With AI hype sweeping the stock market, you could probably guess that the technology sector will be the best-performing global equity sector this year. And you'd be right. But which sector is trailing just a little behind?
Call, text, email or otherwise message your broker. This is a funny index of what is called a “communication service” and is only six years old.
Never heard of it? You're not alone. So what is it and does it have staying power?
Communications services is a story of industry bifurcation, blending growing tech companies with traditional media and old-fashioned telecommunications companies.
Its predecessor was the telecommunications sector, which is typically defensive, highly regulated, boring, slow-growing, and completely uninterested in the economy with stable earnings, high dividends, and low volatility.
So these stocks lead the way in down markets. Consider this: Communications stocks in the S&P 500 have outperformed the broader index in four of the five bear markets since 1990. The exception was 2000-2002, when dream stocks like WorldCom, Global Crossing and Lucent collapsed spectacularly.
But rigidity is a double-edged sword. Communications stocks have badly lagged in four of the past five bull markets. The average performance? A whopping 128%. Since their October 2022 lows, the S&P 500 and World Telecom have returned less than half the gains of the broader indexes.
But in 2018, index providers S&P and MSCI made a recalibration, perhaps somewhat quietly, that shook up the way investors approach many of these companies.
So, some of the biggest companies in Silicon Valley decided they weren't even in the tech industry anymore — they were 21st century communications companies that made their money from advertising rather than hardware or software. Their solution?
It will combine several large technology companies, media companies and defense communications firms to create a new “communications services” division.
Communications is no longer just about telephone lines, wired or wireless. It also includes search engines, social media, streaming, and online commerce. The traditional communications industry now accounts for just 17% of the new sector's market capitalization, and even less in the US.
Meanwhile, the Interactive Media & Services industry dominates the global market with 62% of the market share, and almost all of it, 99%, is American. You may recognize big names like Meta and Google's parent company, Alphabet.
But it also includes online hiring, web-based car buying and selling companies, and more.
Communications services also includes the entertainment industry, which makes up 15% of market cap and is home to the major streaming and gaming companies (also tech!), while the remaining 7% is media, which includes cable providers, TV networks, and advertisers.
So much of this diverse sector behaves like technology companies: low to no dividends, low barriers to entry, gross operating margins (GOPM in accounting terms), heavy reinvestment in innovation, buzzworthy services, and big growth.
These tech-like trends will drive returns in bull markets, including in 2024. That led MSCI World Communication Services to a 19.3% overall return, led by a 29.9% surge in Interactive Media & Services stocks, beating the 25.5% return of tech stocks and well ahead of the 11.4% return of global stocks overall.
Entertainment companies in the sector are also up 14.1%. However, the communications sector has struggled, with wireless and diversified communications up just 7.9% and 2.2%, respectively. All of the parallel trends date back to October 2022, when this bull market began.
Few saw this coming after tech and communications services stocks were hit so hard in 2022. But sentiment has escalated too much, and the market is looking ahead to a brighter reality, spurring the rally.

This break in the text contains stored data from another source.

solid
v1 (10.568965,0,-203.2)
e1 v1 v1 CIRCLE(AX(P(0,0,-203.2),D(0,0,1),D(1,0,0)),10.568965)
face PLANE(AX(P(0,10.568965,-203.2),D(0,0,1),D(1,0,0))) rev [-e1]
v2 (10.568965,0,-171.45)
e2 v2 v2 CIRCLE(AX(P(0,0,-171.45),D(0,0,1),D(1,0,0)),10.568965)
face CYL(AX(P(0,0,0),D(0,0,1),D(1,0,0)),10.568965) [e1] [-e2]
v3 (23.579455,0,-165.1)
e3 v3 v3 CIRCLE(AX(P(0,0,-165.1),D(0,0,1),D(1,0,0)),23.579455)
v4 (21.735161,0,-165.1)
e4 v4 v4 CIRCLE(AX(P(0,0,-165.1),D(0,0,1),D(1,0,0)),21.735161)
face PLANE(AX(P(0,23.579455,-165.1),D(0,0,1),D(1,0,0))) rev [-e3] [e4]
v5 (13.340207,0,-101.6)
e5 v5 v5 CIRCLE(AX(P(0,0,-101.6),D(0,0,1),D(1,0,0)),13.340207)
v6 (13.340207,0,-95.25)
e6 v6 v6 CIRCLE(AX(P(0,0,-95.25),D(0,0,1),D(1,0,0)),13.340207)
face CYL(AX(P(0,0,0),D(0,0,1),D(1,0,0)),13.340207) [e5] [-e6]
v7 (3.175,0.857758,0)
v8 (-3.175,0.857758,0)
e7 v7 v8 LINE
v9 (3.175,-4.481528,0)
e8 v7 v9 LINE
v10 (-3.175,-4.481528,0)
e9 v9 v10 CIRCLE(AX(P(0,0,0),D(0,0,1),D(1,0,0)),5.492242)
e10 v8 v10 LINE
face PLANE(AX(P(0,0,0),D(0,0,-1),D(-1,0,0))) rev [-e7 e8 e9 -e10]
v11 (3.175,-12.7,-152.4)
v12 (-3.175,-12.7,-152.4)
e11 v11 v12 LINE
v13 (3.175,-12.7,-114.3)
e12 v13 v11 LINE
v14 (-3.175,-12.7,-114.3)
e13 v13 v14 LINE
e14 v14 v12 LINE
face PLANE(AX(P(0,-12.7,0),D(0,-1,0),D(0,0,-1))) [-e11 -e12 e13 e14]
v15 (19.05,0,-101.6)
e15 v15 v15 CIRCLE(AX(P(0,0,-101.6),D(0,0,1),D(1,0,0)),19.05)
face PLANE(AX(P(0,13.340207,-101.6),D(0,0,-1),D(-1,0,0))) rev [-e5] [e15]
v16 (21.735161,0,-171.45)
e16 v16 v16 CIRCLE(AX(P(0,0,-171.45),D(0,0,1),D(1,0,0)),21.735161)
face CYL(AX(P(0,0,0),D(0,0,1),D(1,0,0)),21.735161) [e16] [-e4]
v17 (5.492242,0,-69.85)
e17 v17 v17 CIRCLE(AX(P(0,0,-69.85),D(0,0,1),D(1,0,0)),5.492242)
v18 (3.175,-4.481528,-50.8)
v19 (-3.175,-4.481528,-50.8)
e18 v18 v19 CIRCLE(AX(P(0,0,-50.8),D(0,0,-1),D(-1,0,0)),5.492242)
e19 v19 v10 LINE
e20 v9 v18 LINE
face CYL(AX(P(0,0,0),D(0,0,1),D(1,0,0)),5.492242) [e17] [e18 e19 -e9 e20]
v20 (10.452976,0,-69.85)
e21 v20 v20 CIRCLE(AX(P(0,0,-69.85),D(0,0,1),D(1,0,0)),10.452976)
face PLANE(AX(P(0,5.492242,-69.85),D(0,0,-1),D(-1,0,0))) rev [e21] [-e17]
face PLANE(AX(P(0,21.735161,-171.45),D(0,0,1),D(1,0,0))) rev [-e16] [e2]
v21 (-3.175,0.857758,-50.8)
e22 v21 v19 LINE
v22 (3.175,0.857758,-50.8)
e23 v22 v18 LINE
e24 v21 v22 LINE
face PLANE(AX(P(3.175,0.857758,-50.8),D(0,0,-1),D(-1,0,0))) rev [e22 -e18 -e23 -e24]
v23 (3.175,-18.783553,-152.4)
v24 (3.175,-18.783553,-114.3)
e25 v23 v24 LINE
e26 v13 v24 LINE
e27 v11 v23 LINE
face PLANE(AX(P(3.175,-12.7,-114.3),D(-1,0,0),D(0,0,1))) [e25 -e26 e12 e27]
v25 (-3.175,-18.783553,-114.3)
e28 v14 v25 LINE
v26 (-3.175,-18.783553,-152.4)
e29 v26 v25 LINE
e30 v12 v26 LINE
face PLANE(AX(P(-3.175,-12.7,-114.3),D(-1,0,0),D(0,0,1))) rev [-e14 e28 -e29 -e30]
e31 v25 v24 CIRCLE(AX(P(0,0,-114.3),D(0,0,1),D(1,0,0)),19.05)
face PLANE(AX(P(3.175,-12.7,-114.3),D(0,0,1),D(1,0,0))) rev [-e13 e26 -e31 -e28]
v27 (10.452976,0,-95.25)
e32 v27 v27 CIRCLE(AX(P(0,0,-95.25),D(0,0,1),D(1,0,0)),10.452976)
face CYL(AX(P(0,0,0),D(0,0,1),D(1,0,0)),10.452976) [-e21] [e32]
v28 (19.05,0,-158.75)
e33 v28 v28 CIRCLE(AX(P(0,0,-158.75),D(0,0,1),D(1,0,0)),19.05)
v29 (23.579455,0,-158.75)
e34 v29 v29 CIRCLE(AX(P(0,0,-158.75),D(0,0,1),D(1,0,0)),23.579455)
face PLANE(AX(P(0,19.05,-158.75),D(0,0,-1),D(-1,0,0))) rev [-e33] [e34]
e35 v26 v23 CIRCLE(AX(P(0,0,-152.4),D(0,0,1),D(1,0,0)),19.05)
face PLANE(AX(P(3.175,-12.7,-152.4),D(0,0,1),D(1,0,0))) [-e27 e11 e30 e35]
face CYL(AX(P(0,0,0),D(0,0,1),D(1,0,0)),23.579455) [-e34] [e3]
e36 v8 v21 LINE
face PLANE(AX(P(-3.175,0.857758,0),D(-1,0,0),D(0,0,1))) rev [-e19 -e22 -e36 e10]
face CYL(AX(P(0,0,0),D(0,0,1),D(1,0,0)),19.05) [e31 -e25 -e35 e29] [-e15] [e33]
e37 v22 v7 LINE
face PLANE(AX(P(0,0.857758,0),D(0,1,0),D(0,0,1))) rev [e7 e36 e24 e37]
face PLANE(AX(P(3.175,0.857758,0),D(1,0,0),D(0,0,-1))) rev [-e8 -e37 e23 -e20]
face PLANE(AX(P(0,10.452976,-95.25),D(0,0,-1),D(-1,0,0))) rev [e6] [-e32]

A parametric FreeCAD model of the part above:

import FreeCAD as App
import Part
import Sketcher
Q = App.Units.Quantity

doc = App.newDocument("Part")
body = doc.addObject("PartDesign::Body", "Body")

sketch1 = body.newObject("Sketcher::SketchObject", "Sketch")
sketch1.AttachmentSupport = (doc.getObject("YZ_Plane"), [""])
sketch1.MapMode = "FlatFace"
sketch1.addGeometry(Part.LineSegment(App.Vector(5.5, 0, 0), App.Vector(0, 0, 0)), False)
sketch1.addGeometry(Part.LineSegment(App.Vector(0, 0, 0), App.Vector(0, -203.2, 0)), False)
sketch1.addGeometry(Part.LineSegment(App.Vector(0, -203.2, 0), App.Vector(10.6, -203.2, 0)), False)
sketch1.addGeometry(Part.LineSegment(App.Vector(10.6, -203.2, 0), App.Vector(10.6, -171.4, 0)), False)
sketch1.addGeometry(Part.LineSegment(App.Vector(10.6, -171.4, 0), App.Vector(21.7, -171.4, 0)), False)
sketch1.addGeometry(Part.LineSegment(App.Vector(21.7, -171.4, 0), App.Vector(21.7, -165.1, 0)), False)
sketch1.addGeometry(Part.LineSegment(App.Vector(21.7, -165.1, 0), App.Vector(23.6, -165.1, 0)), False)
sketch1.addGeometry(Part.LineSegment(App.Vector(23.6, -165.1, 0), App.Vector(23.6, -158.8, 0)), False)
sketch1.addGeometry(Part.LineSegment(App.Vector(23.6, -158.8, 0), App.Vector(19.1, -158.8, 0)), False)
sketch1.addGeometry(Part.LineSegment(App.Vector(19.1, -158.8, 0), App.Vector(19.1, -101.6, 0)), False)
sketch1.addGeometry(Part.LineSegment(App.Vector(19.1, -101.6, 0), App.Vector(13.3, -101.6, 0)), False)
sketch1.addGeometry(Part.LineSegment(App.Vector(13.3, -101.6, 0), App.Vector(13.3, -95.2, 0)), False)
sketch1.addGeometry(Part.LineSegment(App.Vector(13.3, -95.2, 0), App.Vector(10.5, -95.2, 0)), False)
sketch1.addGeometry(Part.LineSegment(App.Vector(10.5, -95.2, 0), App.Vector(10.5, -69.8, 0)), False)
sketch1.addGeometry(Part.LineSegment(App.Vector(10.5, -69.8, 0), App.Vector(5.5, -69.8, 0)), False)
sketch1.addGeometry(Part.LineSegment(App.Vector(5.5, -69.8, 0), App.Vector(5.5, 0, 0)), False)
sketch1.addConstraint(Sketcher.Constraint("Coincident", 0, 2, 1, 1))
sketch1.addConstraint(Sketcher.Constraint("Coincident", 1, 2, 2, 1))
sketch1.addConstraint(Sketcher.Constraint("Coincident", 2, 2, 3, 1))
sketch1.addConstraint(Sketcher.Constraint("Coincident", 3, 2, 4, 1))
sketch1.addConstraint(Sketcher.Constraint("Coincident", 4, 2, 5, 1))
sketch1.addConstraint(Sketcher.Constraint("Coincident", 5, 2, 6, 1))
sketch1.addConstraint(Sketcher.Constraint("Coincident", 6, 2, 7, 1))
sketch1.addConstraint(Sketcher.Constraint("Coincident", 7, 2, 8, 1))
sketch1.addConstraint(Sketcher.Constraint("Coincident", 8, 2, 9, 1))
sketch1.addConstraint(Sketcher.Constraint("Coincident", 9, 2, 10, 1))
sketch1.addConstraint(Sketcher.Constraint("Coincident", 10, 2, 11, 1))
sketch1.addConstraint(Sketcher.Constraint("Coincident", 11, 2, 12, 1))
sketch1.addConstraint(Sketcher.Constraint("Coincident", 12, 2, 13, 1))
sketch1.addConstraint(Sketcher.Constraint("Coincident", 13, 2, 14, 1))
sketch1.addConstraint(Sketcher.Constraint("Coincident", 14, 2, 15, 1))
sketch1.addConstraint(Sketcher.Constraint("Coincident", 15, 2, 0, 1))
sketch1.addConstraint(Sketcher.Constraint("Horizontal", 0))
sketch1.addConstraint(Sketcher.Constraint("Vertical", 1))
sketch1.addConstraint(Sketcher.Constraint("Horizontal", 2))
sketch1.addConstraint(Sketcher.Constraint("Vertical", 3))
sketch1.addConstraint(Sketcher.Constraint("Horizontal", 4))
sketch1.addConstraint(Sketcher.Constraint("Vertical", 5))
sketch1.addConstraint(Sketcher.Constraint("Horizontal", 6))
sketch1.addConstraint(Sketcher.Constraint("Vertical", 7))
sketch1.addConstraint(Sketcher.Constraint("Horizontal", 8))
sketch1.addConstraint(Sketcher.Constraint("Vertical", 9))
sketch1.addConstraint(Sketcher.Constraint("Horizontal", 10))
sketch1.addConstraint(Sketcher.Constraint("Vertical", 11))
sketch1.addConstraint(Sketcher.Constraint("Horizontal", 12))
sketch1.addConstraint(Sketcher.Constraint("Vertical", 13))
sketch1.addConstraint(Sketcher.Constraint("Horizontal", 14))
sketch1.addConstraint(Sketcher.Constraint("Vertical", 15))
sketch1.addConstraint(Sketcher.Constraint("Coincident", 0, 2, -1, 1))
sketch1.addConstraint(Sketcher.Constraint("Equal", 5, 7))
sketch1.addConstraint(Sketcher.Constraint("Equal", 7, 11))
sketch1.addConstraint(Sketcher.Constraint("DistanceY", 1, 2, 1, 1, Q("8 in")))
sketch1.addConstraint(Sketcher.Constraint("DistanceY", 13, 1, 13, 2, Q("1 in")))
sketch1.addConstraint(Sketcher.Constraint("DistanceY", 9, 2, -1, 1, Q("4 in")))
sketch1.addConstraint(Sketcher.Constraint("DistanceY", 3, 1, 3, 2, Q("1.25 in")))
sketch1.addConstraint(Sketcher.Constraint("DistanceY", 5, 1, 5, 2, Q("0.25 in")))
sketch1.addConstraint(Sketcher.Constraint("DistanceX", -1, 1, 8, 2, Q("0.75 in")))
sketch1.addConstraint(Sketcher.Constraint("DistanceX", 12, 2, 12, 1, 2.887231))
sketch1.addConstraint(Sketcher.Constraint("DistanceX", 0, 2, 0, 1, 5.492242))
sketch1.addConstraint(Sketcher.Constraint("DistanceX", 2, 1, 2, 2, 10.568965))
sketch1.addConstraint(Sketcher.Constraint("DistanceX", 4, 1, 4, 2, 11.166196))
sketch1.addConstraint(Sketcher.Constraint("DistanceX", 6, 1, 6, 2, 1.844294))
sketch1.addConstraint(Sketcher.Constraint("DistanceX", 10, 2, 10, 1, 5.709793))
revolution = body.newObject("PartDesign::Revolution", "Revolution")
revolution.Profile = sketch1
revolution.ReferenceAxis = (sketch1, ["V_Axis"])
revolution.Angle = 360

sketch2 = body.newObject("Sketcher::SketchObject", "Sketch001")
sketch2.AttachmentSupport = (doc.getObject("XZ_Plane"), [""])
sketch2.MapMode = "FlatFace"
sketch2.AttachmentOffset = App.Placement(App.Vector(0, 0, 5.492242), App.Rotation())
sketch2.addGeometry(Part.LineSegment(App.Vector(3, -51, 0), App.Vector(3, 0, 0)), False)
sketch2.addGeometry(Part.LineSegment(App.Vector(3, 0, 0), App.Vector(-3, 0, 0)), False)
sketch2.addGeometry(Part.LineSegment(App.Vector(-3, 0, 0), App.Vector(-3, -51, 0)), False)
sketch2.addGeometry(Part.LineSegment(App.Vector(-3, -51, 0), App.Vector(3, -51, 0)), False)
sketch2.addConstraint(Sketcher.Constraint("Coincident", 0, 2, 1, 1))
sketch2.addConstraint(Sketcher.Constraint("Coincident", 1, 2, 2, 1))
sketch2.addConstraint(Sketcher.Constraint("Coincident", 2, 2, 3, 1))
sketch2.addConstraint(Sketcher.Constraint("Coincident", 3, 2, 0, 1))
sketch2.addConstraint(Sketcher.Constraint("Vertical", 0))
sketch2.addConstraint(Sketcher.Constraint("Horizontal", 1))
sketch2.addConstraint(Sketcher.Constraint("Vertical", 2))
sketch2.addConstraint(Sketcher.Constraint("Horizontal", 3))
sketch2.addConstraint(Sketcher.Constraint("Symmetric", 0, 2, 1, 2, -1, 1))
sketch2.addConstraint(Sketcher.Constraint("DistanceY", 0, 1, 0, 2, Q("2 in")))
sketch2.addConstraint(Sketcher.Constraint("DistanceX", 1, 2, 1, 1, Q("0.25 in")))
pocket1 = body.newObject("PartDesign::Pocket", "Pocket")
pocket1.Profile = sketch2
pocket1.Length = Q("0.25 in")

sketch3 = body.newObject("Sketcher::SketchObject", "Sketch002")
sketch3.AttachmentSupport = (doc.getObject("XZ_Plane"), [""])
sketch3.MapMode = "FlatFace"
sketch3.AttachmentOffset = App.Placement(App.Vector(0, 0, 0.75 * 25.4), App.Rotation())
sketch3.addGeometry(Part.LineSegment(App.Vector(3, -152, 0), App.Vector(3, -114, 0)), False)
sketch3.addGeometry(Part.LineSegment(App.Vector(3, -114, 0), App.Vector(-3, -114, 0)), False)
sketch3.addGeometry(Part.LineSegment(App.Vector(-3, -114, 0), App.Vector(-3, -152, 0)), False)
sketch3.addGeometry(Part.LineSegment(App.Vector(-3, -152, 0), App.Vector(3, -152, 0)), False)
sketch3.addConstraint(Sketcher.Constraint("Coincident", 0, 2, 1, 1))
sketch3.addConstraint(Sketcher.Constraint("Coincident", 1, 2, 2, 1))
sketch3.addConstraint(Sketcher.Constraint("Coincident", 2, 2, 3, 1))
sketch3.addConstraint(Sketcher.Constraint("Coincident", 3, 2, 0, 1))
sketch3.addConstraint(Sketcher.Constraint("Vertical", 0))
sketch3.addConstraint(Sketcher.Constraint("Horizontal", 1))
sketch3.addConstraint(Sketcher.Constraint("Vertical", 2))
sketch3.addConstraint(Sketcher.Constraint("Horizontal", 3))
sketch3.addConstraint(Sketcher.Constraint("DistanceY", 0, 1, 0, 2, Q("1.5 in")))
sketch3.addConstraint(Sketcher.Constraint("DistanceY", 2, 2, -1, 1, Q("6 in")))
sketch3.addConstraint(Sketcher.Constraint("DistanceX", 1, 2, 1, 1, Q("0.25 in")))
sketch3.addConstraint(Sketcher.Constraint("DistanceX", -1, 1, 0, 2, Q("0.125 in")))
pocket2 = body.newObject("PartDesign::Pocket", "Pocket001")
pocket2.Profile = sketch3
pocket2.Length = Q("0.25 in")

doc.recompute()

Stocks had been pricing in a 46.3% rebound in the sector's first-quarter profits.
So will communication services continue to lead? Yes and no. Communications will not lead until the next recession. As the bull market progresses, the tech-related parts of the sector should shine as companies go on the offensive after two years of defensive cost-cutting. Their enviable GOPMs (see above) make growth self-financing and interest neutral. The advertising market, central to many of these companies, should also reinvigorate.
Bottom line: Diversify into offensive industries. Stay away from defensive industries.
Ken Fisher is founder and chairman of Fisher Investments, a four-time New York Times bestselling author and writer of regular columns in 21 countries around the world.